* [REQUIRED ACTION]: Only one stretch of the data below is wanted: the lines from the one with "e2 v1 v2 CIRCLE(AX(P(0,0,38.1),D(0,0,1),D(1,0,0)),6.35)" through the one with "e4 v3 v4 LINE", repeated exactly.

* [STORED DATA]:
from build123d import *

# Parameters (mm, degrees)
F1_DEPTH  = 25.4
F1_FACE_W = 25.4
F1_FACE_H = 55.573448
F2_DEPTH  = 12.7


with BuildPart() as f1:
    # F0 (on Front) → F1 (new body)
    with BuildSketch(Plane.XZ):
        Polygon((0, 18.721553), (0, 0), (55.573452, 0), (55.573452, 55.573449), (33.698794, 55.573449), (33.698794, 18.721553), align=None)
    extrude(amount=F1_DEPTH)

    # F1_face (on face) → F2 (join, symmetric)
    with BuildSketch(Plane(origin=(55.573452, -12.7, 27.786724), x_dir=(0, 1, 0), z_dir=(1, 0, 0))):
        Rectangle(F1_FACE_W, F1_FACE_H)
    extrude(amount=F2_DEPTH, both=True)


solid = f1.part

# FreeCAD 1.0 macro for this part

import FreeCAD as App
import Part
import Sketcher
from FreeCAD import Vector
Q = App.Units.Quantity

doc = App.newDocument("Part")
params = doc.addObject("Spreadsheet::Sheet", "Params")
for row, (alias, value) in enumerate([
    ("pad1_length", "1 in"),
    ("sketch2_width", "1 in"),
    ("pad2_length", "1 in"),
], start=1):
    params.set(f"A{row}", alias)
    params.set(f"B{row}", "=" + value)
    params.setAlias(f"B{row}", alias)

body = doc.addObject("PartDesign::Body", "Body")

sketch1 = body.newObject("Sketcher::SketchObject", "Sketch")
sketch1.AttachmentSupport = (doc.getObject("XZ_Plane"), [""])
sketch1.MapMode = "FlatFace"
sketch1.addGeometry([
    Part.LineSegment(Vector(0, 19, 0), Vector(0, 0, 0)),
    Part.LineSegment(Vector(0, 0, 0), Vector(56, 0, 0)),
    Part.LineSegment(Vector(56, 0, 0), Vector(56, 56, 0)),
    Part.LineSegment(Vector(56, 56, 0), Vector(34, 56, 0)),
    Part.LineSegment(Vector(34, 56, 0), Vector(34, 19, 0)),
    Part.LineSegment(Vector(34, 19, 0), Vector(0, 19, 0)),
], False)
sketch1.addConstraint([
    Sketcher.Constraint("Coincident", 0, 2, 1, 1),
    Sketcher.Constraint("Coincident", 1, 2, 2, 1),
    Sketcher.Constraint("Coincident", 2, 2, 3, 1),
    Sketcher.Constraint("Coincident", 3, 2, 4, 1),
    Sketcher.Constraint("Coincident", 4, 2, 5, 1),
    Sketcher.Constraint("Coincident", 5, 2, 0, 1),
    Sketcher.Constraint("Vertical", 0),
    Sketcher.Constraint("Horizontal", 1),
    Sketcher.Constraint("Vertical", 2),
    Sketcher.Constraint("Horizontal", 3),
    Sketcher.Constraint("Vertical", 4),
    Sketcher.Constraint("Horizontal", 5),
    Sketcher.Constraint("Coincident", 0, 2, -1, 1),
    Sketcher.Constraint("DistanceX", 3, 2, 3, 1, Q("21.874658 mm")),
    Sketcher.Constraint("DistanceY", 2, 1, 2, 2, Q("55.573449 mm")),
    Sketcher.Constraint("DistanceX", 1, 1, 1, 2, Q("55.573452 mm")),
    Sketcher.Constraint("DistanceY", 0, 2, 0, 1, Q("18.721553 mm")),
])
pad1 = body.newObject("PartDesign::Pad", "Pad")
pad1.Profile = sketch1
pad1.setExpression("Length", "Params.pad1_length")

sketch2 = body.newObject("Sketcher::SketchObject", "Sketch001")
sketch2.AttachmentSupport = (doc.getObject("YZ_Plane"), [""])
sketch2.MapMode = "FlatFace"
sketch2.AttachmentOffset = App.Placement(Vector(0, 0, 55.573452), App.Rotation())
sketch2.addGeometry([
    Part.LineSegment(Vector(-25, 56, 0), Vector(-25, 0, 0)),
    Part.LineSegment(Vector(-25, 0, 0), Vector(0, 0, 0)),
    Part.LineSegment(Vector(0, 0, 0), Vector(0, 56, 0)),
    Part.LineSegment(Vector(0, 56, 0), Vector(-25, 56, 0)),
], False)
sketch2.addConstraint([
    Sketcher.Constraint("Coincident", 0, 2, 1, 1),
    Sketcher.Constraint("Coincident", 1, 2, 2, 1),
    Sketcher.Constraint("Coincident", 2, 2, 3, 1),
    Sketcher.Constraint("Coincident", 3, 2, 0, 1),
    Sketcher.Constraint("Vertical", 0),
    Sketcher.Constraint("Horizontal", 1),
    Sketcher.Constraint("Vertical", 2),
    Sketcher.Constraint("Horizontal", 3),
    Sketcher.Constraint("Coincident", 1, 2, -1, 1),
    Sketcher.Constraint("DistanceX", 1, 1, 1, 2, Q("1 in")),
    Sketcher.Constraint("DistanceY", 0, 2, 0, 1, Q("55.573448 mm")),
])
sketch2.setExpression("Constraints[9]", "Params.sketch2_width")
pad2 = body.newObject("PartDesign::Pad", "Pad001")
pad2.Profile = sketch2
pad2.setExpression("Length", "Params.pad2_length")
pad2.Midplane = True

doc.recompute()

* * *

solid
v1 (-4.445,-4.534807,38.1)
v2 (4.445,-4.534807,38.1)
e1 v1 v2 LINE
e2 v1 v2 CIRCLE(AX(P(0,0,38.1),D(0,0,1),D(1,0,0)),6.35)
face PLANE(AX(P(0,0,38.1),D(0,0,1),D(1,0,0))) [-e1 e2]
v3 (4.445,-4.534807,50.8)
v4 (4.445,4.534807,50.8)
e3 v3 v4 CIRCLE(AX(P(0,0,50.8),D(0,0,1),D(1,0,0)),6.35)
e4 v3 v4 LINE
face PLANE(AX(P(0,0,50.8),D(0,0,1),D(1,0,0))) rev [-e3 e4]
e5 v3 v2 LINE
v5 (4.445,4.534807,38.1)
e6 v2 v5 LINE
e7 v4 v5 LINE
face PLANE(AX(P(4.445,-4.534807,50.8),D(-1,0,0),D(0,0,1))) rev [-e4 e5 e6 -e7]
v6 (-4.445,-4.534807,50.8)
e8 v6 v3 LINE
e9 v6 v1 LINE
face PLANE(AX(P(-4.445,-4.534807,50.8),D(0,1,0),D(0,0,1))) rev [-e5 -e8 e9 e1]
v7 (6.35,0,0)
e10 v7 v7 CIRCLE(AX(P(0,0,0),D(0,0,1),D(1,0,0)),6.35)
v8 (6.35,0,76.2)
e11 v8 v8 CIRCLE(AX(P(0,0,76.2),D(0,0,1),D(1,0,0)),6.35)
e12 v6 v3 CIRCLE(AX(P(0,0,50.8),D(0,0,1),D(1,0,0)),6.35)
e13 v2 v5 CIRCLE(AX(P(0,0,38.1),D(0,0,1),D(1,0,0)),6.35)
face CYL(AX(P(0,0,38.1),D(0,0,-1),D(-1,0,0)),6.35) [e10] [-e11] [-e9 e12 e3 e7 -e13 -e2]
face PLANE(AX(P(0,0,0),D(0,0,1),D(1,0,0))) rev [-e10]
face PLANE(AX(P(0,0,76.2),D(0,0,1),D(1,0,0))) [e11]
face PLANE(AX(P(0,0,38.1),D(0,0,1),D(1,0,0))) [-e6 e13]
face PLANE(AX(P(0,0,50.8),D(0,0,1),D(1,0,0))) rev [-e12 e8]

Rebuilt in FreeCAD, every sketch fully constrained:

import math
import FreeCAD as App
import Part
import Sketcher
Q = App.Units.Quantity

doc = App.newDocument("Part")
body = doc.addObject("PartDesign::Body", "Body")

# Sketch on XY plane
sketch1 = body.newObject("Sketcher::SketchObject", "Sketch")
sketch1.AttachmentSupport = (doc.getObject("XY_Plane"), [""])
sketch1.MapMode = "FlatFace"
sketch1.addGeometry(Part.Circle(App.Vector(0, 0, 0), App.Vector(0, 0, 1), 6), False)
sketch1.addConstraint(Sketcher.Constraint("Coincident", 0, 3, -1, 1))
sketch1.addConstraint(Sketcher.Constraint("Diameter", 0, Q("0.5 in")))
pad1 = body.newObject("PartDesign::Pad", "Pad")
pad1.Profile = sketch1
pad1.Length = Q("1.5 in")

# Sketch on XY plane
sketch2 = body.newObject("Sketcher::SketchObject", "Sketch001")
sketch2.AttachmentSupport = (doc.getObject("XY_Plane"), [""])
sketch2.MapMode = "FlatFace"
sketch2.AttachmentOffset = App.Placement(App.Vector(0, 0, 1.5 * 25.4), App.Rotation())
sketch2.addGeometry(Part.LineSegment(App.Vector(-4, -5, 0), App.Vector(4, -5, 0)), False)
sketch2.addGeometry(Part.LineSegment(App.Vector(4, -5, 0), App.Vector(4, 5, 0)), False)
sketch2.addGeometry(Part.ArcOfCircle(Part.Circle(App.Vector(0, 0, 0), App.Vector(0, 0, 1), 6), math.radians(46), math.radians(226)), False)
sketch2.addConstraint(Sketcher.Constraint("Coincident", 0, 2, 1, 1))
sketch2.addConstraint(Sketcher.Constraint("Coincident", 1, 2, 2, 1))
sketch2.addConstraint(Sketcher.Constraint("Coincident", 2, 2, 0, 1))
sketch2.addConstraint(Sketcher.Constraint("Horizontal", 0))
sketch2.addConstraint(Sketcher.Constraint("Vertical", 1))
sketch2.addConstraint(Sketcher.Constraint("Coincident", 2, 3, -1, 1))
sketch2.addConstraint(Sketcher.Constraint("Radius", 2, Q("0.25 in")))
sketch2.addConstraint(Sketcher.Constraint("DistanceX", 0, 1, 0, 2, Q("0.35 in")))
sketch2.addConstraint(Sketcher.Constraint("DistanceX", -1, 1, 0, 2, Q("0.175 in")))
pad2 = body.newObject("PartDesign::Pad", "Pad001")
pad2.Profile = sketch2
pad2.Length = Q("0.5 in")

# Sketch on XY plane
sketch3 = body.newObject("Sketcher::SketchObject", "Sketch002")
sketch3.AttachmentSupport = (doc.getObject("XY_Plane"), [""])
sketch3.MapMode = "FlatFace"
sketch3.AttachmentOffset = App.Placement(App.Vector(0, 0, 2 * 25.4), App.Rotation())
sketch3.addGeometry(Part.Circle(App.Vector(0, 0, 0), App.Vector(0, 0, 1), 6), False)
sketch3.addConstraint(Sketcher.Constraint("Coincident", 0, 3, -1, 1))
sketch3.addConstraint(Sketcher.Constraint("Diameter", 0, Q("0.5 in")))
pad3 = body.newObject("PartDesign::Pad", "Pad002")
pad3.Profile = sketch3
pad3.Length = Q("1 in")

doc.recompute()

* [YOUR RESPONSE]:
e2 v1 v2 CIRCLE(AX(P(0,0,38.1),D(0,0,1),D(1,0,0)),6.35)
face PLANE(AX(P(0,0,38.1),D(0,0,1),D(1,0,0))) [-e1 e2]
v3 (4.445,-4.534807,50.8)
v4 (4.445,4.534807,50.8)
e3 v3 v4 CIRCLE(AX(P(0,0,50.8),D(0,0,1),D(1,0,0)),6.35)
e4 v3 v4 LINE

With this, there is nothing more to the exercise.